A speaker encoder, which extracts the features of a speaker's voice, is trained through a large amount of multispeaker data, and at least one of a text encoder, a prosody encoder, and a residual encoder is used. a learning unit for learning through at least one of the large amount of multi-speaker data, a large amount of expressive voice data, and emotional voice data;
an emotional prosody expression unit that finds an expression of an emotional prosody of the emotional speech data through at least one of the learned text encoder, the prosody encoder, and the residual encoder; and
An emotional speech synthesizing unit for outputting the speaker's emotional voice of the neutral speaker data by using the speaker's voice expression of the neutral speaker data as an output value of the speaker encoder, selecting and synthesizing the expression of the emotional prosody desired to be synthesized
Including, speech synthesis device.

8. The method of claim 7,
The learning unit,
Learning the text encoder, the prosody encoder, and the residual encoder using the large amount of multispeaker data, the large amount of expressive voice data and the emotional voice data, respectively
Characterized in, speech synthesis device.

8. The method of claim 7,
The emotional rhyme expression unit,
Finding a statistical expression by putting a sample of emotional speech data as an input of how the expression of emotional prosody is expressed by the prosody encoder through the learned text encoder, the prosody encoder and the residual encoder
Characterized in, speech synthesis device.

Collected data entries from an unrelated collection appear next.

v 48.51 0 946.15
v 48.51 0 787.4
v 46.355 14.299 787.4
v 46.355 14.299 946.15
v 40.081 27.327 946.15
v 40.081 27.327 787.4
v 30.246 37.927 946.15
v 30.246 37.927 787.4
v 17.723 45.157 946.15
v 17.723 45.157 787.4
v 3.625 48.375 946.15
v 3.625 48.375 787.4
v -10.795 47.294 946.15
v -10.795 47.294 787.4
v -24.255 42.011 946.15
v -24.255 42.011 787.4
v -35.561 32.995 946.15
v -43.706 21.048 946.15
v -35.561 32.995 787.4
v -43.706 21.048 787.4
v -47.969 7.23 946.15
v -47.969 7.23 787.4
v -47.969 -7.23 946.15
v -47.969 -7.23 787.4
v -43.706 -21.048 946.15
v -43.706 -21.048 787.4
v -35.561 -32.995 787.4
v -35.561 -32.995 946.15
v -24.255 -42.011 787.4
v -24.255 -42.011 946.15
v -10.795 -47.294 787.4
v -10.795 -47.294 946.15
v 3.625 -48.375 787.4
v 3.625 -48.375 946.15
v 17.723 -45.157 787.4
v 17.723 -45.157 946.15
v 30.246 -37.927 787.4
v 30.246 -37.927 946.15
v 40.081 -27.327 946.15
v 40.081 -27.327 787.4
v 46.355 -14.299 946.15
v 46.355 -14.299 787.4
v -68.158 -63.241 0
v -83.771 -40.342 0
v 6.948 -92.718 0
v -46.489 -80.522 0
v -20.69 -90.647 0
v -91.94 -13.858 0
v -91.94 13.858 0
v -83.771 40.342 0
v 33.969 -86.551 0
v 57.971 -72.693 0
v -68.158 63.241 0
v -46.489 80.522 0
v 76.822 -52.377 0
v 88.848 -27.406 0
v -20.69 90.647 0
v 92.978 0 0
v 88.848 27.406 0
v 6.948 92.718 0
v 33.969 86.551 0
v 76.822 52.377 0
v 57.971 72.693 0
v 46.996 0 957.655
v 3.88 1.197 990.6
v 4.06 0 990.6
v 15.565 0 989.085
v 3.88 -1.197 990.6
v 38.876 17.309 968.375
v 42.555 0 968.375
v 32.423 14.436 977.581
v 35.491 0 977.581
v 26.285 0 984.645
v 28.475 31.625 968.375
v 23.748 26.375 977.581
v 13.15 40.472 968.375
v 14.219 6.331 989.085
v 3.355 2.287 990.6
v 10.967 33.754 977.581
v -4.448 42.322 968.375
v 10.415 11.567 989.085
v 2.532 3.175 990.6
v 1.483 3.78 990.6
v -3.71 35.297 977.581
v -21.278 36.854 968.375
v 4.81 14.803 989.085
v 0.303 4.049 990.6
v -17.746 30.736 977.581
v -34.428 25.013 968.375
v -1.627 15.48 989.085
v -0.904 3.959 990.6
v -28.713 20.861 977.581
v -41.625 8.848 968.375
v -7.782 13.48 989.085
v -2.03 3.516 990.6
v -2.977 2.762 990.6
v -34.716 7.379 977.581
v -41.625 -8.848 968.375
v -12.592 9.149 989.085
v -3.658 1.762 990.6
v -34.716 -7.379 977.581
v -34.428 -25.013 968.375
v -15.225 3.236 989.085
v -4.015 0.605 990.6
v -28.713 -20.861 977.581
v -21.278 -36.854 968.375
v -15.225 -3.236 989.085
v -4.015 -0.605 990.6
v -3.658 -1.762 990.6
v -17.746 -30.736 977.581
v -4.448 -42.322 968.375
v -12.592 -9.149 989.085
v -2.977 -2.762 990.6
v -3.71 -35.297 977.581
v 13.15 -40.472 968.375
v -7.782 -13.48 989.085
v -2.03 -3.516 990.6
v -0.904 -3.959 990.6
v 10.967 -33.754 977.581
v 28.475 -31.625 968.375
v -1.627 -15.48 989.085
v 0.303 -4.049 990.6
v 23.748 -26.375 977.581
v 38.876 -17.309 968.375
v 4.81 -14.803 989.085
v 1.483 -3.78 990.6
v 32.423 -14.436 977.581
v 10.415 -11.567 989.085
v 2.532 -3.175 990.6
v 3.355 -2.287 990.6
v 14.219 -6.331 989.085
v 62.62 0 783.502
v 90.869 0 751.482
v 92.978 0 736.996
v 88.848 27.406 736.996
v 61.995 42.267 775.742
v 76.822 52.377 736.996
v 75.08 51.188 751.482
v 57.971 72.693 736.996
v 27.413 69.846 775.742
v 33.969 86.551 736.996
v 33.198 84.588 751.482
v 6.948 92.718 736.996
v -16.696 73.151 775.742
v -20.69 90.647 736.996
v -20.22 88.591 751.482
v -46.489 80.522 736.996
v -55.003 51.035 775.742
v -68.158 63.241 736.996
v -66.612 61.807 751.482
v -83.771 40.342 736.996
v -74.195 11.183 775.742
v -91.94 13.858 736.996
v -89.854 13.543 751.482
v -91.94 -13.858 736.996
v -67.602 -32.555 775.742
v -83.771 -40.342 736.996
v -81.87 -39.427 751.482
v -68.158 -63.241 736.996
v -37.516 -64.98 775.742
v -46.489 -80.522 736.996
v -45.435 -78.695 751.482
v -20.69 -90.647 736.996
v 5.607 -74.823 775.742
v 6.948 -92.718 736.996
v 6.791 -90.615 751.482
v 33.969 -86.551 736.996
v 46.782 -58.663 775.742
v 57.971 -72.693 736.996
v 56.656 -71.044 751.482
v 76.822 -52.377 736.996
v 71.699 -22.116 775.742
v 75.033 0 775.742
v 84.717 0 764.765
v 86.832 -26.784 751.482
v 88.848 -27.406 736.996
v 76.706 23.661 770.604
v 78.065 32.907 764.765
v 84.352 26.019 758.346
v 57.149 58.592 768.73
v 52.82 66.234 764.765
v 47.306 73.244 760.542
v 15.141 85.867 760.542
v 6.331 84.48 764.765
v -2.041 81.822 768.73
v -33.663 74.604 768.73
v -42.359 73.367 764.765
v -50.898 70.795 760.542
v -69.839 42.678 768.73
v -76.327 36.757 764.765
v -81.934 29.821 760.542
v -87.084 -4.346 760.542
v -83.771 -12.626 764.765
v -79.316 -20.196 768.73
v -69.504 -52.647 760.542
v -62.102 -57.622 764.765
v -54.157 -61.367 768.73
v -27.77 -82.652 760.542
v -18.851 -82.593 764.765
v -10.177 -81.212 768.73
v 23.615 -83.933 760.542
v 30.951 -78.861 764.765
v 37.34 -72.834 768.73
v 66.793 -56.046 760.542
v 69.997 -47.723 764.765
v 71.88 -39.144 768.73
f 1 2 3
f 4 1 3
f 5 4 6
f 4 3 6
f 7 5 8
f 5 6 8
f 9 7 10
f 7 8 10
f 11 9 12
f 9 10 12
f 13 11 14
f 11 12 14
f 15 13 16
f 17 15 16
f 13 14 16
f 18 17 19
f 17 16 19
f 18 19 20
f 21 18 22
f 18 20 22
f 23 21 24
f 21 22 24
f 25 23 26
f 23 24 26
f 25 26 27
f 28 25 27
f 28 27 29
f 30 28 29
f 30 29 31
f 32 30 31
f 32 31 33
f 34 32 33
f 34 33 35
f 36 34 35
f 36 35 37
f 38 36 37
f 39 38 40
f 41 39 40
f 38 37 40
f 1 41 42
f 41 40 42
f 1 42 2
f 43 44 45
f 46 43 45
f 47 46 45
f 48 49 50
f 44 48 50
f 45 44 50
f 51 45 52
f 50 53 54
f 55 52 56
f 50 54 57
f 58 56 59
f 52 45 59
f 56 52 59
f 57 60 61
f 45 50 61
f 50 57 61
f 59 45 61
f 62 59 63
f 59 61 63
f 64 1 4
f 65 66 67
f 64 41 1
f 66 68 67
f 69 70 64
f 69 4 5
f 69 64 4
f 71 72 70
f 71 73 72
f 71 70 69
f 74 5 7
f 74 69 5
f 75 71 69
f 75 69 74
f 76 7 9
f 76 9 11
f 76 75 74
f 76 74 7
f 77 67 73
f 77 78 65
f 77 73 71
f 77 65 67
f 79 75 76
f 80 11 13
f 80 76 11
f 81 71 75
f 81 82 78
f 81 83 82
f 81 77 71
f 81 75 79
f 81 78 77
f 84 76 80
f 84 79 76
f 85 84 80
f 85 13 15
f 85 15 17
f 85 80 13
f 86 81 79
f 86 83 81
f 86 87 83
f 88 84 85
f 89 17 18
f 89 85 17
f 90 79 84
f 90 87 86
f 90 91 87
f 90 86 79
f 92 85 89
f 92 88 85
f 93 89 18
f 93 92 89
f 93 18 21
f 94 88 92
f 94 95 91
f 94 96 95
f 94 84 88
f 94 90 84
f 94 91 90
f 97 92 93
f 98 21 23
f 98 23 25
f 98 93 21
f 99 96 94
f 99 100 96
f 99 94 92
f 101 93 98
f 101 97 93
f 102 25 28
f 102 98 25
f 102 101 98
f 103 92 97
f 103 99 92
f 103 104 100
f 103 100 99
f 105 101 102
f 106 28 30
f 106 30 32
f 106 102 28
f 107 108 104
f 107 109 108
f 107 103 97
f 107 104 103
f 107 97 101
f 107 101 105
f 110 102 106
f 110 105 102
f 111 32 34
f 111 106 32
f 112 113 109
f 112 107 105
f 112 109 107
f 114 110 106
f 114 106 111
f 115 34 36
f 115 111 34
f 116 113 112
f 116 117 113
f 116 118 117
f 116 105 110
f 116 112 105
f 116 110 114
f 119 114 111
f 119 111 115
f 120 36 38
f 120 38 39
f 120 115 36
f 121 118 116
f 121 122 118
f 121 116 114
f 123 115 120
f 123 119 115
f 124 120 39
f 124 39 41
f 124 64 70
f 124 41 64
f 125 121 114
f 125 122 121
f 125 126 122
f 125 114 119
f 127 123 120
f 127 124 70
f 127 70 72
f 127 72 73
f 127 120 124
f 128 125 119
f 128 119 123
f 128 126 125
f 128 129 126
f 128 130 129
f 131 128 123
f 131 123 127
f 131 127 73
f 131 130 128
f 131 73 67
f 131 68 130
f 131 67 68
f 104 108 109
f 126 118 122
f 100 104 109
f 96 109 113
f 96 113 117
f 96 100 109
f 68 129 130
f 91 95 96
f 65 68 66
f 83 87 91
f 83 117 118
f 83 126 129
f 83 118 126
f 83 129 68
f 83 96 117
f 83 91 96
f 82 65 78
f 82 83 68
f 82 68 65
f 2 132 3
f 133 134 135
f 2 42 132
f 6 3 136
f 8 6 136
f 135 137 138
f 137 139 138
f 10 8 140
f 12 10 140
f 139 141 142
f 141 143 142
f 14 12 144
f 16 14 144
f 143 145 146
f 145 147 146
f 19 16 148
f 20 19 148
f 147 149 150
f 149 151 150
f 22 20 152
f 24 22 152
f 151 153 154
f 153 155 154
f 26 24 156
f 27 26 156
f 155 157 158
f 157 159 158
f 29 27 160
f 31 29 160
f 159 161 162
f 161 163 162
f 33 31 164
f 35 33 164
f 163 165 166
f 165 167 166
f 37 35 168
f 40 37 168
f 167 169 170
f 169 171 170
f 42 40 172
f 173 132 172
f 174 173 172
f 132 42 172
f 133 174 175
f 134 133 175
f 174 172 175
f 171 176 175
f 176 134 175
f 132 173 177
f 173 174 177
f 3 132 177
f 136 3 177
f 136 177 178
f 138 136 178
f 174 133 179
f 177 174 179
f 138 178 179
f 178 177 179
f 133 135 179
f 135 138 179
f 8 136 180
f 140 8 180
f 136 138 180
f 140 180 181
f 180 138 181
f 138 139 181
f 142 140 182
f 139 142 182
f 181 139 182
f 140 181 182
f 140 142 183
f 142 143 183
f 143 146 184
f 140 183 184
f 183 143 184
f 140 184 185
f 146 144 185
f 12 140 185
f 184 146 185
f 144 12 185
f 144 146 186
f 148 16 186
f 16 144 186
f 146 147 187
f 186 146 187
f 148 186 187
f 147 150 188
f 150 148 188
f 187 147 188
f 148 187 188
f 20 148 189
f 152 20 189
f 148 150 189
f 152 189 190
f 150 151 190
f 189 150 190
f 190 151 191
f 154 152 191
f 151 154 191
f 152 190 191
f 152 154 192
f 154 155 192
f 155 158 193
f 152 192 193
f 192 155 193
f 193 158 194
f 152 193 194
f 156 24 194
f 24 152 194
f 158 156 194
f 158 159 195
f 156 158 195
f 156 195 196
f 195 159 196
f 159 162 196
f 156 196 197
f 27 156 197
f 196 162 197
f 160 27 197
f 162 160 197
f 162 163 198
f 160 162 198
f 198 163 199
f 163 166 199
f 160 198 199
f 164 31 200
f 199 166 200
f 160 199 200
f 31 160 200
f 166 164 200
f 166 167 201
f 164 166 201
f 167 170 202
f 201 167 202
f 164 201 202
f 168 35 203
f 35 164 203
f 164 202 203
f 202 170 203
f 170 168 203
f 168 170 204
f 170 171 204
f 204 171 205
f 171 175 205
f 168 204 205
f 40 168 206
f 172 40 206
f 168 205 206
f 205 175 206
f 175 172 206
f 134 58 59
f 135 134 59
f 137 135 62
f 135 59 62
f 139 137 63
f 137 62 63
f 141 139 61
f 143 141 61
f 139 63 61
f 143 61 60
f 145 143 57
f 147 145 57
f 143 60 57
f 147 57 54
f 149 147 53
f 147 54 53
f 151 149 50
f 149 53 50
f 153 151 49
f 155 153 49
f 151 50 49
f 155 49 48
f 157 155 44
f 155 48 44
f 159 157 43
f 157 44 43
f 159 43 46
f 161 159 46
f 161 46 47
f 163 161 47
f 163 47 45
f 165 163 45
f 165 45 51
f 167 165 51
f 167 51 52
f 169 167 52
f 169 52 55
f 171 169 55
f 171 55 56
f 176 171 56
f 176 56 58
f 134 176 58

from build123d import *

# Parameters (mm, degrees)
F0_R     = 92.9783177543
F1_DEPTH = 787.4
F2_R     = 48.5104266544
F3_DEPTH = 203.2
F4_R     = 44.45


# Not quite as in the source:
# - a fillet or chamfer that OpenCascade refuses, or shapes differently, is made with other operations: its cross-section is extruded or revolved along the edge and cut away or added


with BuildPart() as f1:
    # F0 (on Top) → F1 (new body)
    with BuildSketch(Plane.XY):
        Circle(F0_R)
    extrude(amount=F1_DEPTH)

    # F2 (on face) → F3 (join)
    with BuildSketch(Plane.XY.offset(787.4)):
        Circle(F2_R)
    extrude(amount=F3_DEPTH)

    # F4
    f4_edges = [f1.edges().sort_by_distance(p)[0] for p in [
        (-48.510427, 0, 990.6),
    ]]
    fillet(f4_edges, radius=F4_R)

    # F5: fillet of radius 50.8 on 1 edges, made by hand

    # F5_s1 → F5_t2 (revolve, cut)
    with BuildSketch(Plane.XZ):
        with BuildLine():
            ThreePointArc((48.5104266544, 787.4), (80.2723535875, 770.6039898535), (92.9783177543, 736.9961866832))
            Line((92.9783177543, 736.9961866832), (92.9783177543, 787.4))
            Line((92.9783177543, 787.4), (48.5104266544, 787.4))
        make_face()
    revolve(axis=Axis((0, 0, 787.4), (0, 0, 1)), mode=Mode.SUBTRACT)


solid = f1.part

10. The method of claim 9,
The emotional voice synthesizing unit,
A part of the learned text encoder, the prosody encoder, and the residual encoder is adapted through the neutral speaker data to find the speaker's voice expression in the neutral speaker data, and the speaker's voice expression in the neutral speaker data is converted into the speaker encoder outputting the emotional voice of the speaker of the neutral speaker data by selecting and putting the expression of the emotional prosody to be synthesized into the output value of
Characterized in, speech synthesis device.

8. The method of claim 7,
The emotional voice synthesizing unit,
The text encoder, the prosody encoder, and the residual encoder learned using the large amount of multispeaker data, the large amount of expressive voice data and the emotional voice data to find the expression of the emotional prosody. Using a small amount of the neutral speaker data Synthesizing and outputting emotional voices containing emotional rhymes with one speaker's voice
characterized in that, speech synthesis device.

8. The method of claim 7,
The emotional voice synthesizing unit,
Synthesizing and outputting the emotional voice containing the emotional prosody obtained from the large amount of multi-speaker data, the large amount of expressive voice data and the emotional voice data with the voice of one speaker provided from the small amount of the neutral speaker data
Characterized in, speech synthesis method.